Encontramos aí coincidências memoráveis. Vejam que os descontos do INSS atingiram 60% dos aposentados, por justaposição foram 19 cidades do Nordeste as mais atingidas; a maioria vive em áreas rurais, segundo a CGU…
Por coincidência o ministro Carlos Lupi, que havia sido demitido no Governo Dilma por denúncias de irregularidades em convênio, teve conhecimento do assalto ao bolso dos velhinhos em 2023 e somente dois anos depois diz que a demora se deveu à “burocracia” …
Também por coincidência um dos envolvidos no roubo é o irmão de Lula, Frei Chico, cujo sindicato teve um aumento de 564% em repasses do INSS nos últimos 5 anos; e ocupa duas situações: o apelido de “Frei” é porque embolsava um “terço” da arrecadação sindical; e recebeu uma ajudinha com a dispensa da biometria e agora foi poupado na lista dos acusados….

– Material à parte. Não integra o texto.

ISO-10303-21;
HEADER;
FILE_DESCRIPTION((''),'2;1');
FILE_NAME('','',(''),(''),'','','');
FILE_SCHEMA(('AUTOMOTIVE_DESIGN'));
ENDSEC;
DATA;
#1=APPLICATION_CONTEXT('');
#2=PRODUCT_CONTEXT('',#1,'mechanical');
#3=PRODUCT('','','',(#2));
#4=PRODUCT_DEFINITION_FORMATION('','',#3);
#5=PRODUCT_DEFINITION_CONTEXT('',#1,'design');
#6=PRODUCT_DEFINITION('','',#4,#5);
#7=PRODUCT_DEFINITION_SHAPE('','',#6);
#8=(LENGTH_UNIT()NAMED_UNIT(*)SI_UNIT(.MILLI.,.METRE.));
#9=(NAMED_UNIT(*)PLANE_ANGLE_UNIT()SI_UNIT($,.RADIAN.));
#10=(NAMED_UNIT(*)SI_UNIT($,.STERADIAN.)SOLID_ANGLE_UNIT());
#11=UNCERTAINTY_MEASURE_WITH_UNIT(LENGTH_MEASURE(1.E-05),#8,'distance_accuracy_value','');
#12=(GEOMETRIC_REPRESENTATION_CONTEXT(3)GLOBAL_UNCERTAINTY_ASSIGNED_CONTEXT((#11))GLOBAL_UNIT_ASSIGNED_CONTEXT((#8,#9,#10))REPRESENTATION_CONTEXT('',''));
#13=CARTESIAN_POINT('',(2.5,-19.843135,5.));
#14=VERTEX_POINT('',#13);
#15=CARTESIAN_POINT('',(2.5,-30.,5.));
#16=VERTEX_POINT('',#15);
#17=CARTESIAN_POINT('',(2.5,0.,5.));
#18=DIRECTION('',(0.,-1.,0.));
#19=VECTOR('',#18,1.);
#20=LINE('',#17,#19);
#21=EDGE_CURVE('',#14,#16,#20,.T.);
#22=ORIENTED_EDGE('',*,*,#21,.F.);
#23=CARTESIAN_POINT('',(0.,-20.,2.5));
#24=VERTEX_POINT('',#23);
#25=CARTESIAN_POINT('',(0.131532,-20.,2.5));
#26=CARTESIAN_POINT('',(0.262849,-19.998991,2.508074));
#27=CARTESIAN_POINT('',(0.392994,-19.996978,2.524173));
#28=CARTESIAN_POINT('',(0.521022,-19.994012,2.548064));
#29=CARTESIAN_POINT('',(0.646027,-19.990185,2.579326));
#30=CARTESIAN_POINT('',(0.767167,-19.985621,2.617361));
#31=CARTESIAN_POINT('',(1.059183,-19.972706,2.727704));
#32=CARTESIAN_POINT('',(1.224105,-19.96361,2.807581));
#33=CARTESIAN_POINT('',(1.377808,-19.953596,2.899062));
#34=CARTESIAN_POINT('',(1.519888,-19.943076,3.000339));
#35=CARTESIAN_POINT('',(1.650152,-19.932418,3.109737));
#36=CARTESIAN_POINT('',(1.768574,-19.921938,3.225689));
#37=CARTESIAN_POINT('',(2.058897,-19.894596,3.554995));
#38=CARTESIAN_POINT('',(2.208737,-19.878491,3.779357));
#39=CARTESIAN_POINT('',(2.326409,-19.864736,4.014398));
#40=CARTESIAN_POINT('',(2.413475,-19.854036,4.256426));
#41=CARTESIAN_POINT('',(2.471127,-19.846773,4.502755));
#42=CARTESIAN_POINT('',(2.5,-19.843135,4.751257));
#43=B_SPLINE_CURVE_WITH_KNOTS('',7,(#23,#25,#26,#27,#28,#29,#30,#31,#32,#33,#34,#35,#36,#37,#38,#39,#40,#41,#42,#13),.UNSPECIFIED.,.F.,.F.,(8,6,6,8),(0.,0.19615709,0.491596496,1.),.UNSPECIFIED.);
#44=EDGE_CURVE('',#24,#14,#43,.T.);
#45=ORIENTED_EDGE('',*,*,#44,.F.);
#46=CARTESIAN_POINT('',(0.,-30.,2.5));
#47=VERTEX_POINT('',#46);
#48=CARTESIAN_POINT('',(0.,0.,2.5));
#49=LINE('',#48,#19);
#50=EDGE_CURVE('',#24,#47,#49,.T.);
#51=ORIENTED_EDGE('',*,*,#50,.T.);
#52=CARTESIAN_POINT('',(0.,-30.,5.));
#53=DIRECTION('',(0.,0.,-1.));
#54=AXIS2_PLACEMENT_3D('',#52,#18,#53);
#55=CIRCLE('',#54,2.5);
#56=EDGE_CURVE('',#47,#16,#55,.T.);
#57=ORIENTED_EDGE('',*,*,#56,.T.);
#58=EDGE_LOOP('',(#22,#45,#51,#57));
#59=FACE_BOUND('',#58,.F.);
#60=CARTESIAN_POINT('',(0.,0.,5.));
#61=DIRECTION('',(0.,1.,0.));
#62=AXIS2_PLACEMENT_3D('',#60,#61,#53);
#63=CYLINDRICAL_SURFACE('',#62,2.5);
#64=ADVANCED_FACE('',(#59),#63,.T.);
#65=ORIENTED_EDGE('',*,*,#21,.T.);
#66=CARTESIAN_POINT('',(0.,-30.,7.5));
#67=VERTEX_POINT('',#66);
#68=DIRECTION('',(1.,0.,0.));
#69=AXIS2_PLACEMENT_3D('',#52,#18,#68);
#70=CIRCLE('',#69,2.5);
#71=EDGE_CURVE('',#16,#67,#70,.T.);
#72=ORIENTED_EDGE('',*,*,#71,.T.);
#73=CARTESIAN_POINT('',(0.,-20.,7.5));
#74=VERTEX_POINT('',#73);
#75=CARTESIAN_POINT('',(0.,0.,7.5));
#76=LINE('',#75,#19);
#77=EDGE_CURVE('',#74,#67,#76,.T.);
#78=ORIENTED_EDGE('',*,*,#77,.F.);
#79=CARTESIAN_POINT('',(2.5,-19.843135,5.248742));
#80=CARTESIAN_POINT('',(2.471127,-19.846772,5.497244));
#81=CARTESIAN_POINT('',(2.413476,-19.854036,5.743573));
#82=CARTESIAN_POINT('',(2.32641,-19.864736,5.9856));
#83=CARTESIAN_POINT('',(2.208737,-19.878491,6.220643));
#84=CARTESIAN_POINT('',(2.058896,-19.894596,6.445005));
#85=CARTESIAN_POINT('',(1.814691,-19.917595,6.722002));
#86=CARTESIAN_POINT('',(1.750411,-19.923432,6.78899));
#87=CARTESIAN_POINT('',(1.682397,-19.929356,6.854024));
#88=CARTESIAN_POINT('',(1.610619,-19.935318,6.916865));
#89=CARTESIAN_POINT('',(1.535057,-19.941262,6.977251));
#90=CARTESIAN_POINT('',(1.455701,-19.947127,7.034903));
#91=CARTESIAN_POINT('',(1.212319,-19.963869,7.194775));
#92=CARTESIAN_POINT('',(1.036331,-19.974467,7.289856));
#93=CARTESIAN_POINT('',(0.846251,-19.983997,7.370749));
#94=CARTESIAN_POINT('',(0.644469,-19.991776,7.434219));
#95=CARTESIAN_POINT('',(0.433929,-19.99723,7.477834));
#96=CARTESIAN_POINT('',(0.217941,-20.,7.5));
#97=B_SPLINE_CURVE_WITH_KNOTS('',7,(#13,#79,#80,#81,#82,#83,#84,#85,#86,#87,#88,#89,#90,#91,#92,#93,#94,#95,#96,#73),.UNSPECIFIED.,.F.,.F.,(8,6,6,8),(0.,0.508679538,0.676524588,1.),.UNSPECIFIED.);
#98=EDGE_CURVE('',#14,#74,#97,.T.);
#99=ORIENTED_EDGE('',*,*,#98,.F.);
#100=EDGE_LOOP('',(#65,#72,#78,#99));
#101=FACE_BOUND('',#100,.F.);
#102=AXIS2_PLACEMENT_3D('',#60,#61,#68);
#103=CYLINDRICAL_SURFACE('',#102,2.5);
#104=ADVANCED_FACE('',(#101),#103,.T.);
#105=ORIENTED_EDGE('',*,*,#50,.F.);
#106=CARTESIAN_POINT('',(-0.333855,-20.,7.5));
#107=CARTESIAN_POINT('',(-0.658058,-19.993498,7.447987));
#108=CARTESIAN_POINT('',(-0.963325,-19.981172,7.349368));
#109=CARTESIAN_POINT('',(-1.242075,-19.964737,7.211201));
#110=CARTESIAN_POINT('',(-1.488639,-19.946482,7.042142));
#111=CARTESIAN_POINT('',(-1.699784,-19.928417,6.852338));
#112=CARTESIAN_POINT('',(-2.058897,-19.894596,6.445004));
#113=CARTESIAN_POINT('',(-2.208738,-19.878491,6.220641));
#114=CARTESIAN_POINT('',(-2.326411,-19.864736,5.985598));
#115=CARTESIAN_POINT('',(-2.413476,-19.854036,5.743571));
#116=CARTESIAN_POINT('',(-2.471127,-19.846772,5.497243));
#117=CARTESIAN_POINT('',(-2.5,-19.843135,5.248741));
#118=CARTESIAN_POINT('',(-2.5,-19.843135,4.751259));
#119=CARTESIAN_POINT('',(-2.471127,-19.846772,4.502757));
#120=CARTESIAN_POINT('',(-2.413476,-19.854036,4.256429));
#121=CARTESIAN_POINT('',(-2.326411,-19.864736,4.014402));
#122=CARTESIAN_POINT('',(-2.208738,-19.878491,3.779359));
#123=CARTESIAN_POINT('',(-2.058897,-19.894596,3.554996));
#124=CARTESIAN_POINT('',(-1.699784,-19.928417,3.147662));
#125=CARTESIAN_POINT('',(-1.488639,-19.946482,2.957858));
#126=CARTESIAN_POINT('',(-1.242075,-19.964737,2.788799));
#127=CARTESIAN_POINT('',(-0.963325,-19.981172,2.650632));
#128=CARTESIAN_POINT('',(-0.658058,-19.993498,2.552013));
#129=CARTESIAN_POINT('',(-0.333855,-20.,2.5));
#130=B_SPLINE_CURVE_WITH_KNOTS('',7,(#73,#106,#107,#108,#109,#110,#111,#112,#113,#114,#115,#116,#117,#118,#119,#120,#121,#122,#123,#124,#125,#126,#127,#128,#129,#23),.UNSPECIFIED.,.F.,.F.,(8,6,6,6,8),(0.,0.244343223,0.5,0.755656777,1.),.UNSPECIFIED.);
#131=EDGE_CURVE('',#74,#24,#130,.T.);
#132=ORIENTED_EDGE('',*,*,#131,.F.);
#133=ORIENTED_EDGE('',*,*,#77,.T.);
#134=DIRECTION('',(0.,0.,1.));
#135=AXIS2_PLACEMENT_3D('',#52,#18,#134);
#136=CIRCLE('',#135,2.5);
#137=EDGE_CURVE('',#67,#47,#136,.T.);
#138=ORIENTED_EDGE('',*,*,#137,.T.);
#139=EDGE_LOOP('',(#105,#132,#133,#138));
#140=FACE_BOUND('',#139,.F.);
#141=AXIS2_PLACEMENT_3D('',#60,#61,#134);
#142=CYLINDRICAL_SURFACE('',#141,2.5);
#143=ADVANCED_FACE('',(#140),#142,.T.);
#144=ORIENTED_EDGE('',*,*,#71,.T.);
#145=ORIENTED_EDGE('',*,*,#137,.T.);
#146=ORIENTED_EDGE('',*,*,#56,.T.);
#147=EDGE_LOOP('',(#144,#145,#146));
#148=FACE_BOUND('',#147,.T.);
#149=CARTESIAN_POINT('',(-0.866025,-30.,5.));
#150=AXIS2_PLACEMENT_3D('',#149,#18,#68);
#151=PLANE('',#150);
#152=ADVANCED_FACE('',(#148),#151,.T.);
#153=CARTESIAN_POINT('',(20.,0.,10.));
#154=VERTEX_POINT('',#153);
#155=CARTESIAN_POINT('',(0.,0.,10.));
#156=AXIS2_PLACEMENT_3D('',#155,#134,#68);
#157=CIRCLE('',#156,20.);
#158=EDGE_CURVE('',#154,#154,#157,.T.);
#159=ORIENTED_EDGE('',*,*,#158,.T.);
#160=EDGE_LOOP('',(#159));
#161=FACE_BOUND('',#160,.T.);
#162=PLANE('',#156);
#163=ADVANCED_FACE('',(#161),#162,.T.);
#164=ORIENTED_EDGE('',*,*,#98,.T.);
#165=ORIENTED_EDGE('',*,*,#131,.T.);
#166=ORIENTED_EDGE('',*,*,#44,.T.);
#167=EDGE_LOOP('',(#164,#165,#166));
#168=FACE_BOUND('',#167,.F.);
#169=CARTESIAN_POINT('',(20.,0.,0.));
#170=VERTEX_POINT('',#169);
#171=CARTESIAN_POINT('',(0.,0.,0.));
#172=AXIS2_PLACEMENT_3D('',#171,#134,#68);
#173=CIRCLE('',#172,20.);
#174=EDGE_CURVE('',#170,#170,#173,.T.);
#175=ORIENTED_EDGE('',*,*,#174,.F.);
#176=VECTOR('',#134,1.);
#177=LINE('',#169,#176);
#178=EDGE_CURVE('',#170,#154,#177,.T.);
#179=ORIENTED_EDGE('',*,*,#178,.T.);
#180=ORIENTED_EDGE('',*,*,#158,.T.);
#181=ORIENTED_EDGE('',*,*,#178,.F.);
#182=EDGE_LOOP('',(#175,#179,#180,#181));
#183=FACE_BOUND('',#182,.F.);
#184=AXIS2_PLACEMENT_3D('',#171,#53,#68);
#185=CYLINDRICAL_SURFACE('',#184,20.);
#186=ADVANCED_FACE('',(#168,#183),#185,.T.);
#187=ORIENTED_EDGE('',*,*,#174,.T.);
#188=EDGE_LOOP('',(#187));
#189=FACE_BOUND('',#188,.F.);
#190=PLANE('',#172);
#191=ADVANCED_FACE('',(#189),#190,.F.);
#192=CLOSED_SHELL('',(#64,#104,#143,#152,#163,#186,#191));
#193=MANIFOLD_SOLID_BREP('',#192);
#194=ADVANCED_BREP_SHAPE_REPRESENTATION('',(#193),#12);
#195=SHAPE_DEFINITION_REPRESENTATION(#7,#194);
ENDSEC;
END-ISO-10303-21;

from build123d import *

# Parameters (mm, degrees)
F2_R     = 20
F3_DEPTH = 10
F5_DEPTH = 30


with BuildPart() as f3:
    # F2 (on Top) → F3 (new body)
    with BuildSketch(Plane.XY):
        Circle(F2_R)
    extrude(amount=F3_DEPTH)

    # F4 (on Front) → F5 (join)
    with BuildSketch(Plane.XZ):
        with BuildLine():
            ThreePointArc((0, 7.5), (-2.5, 5), (0, 2.5))
            Line((0, 2.5), (0, 7.5))
        make_face()
        with BuildLine():
            Line((0, 7.5), (0, 2.5))
            ThreePointArc((0, 2.5), (1.767766953, 3.232233047), (2.5, 5))
            ThreePointArc((2.5, 5), (1.767766953, 6.767766953), (0, 7.5))
        make_face()
    extrude(amount=F5_DEPTH)


solid = f3.part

Das coincidências advocatícias, temos a imoral – para não dizer criminosa, a contratação por uma das entidades investigadas pela PF do advogado Enrique Lewandowski, filho do ministro Ricardo Lewandowski!
Há muitas outras situações e compatibilização de ocorrer ao mesmo tempo. A mais interessante é ver-se Lula não demitir Lupi, réu confesso; comenta-se que com isto se repete o caso do asilo dado à ex-primeira-dama do Peru Nadine Heredia condenada por lavagem de dinheiro em um caso envolvendo a construtora Odebrecht. Tanto Nadine como Lupi são arquivos vivos sabendo demais sobre o Pelegão descondenado.
Finalmente uma coincidência que serve de prova para condenar o Governo Lulopetista; vê-se o líder do governo na Câmara Federal, Lindenberg Farias e a ministra petista Gleise Hoffman postar-se com afinco contra uma CPI para investigar o crime na Previdência. É uma suspeição explícita da participação do Chefe no esquema.
Coincidir, ajustar, compatibilizar e concordar é a inútil tentativa de terceirizar o assalto dos corruptos, fugindo do envolvimento no esquema bilionário de fraudes contra aposentados do INSS…. E coincidentemente tudo sob o silêncio ensurdecedor do STF.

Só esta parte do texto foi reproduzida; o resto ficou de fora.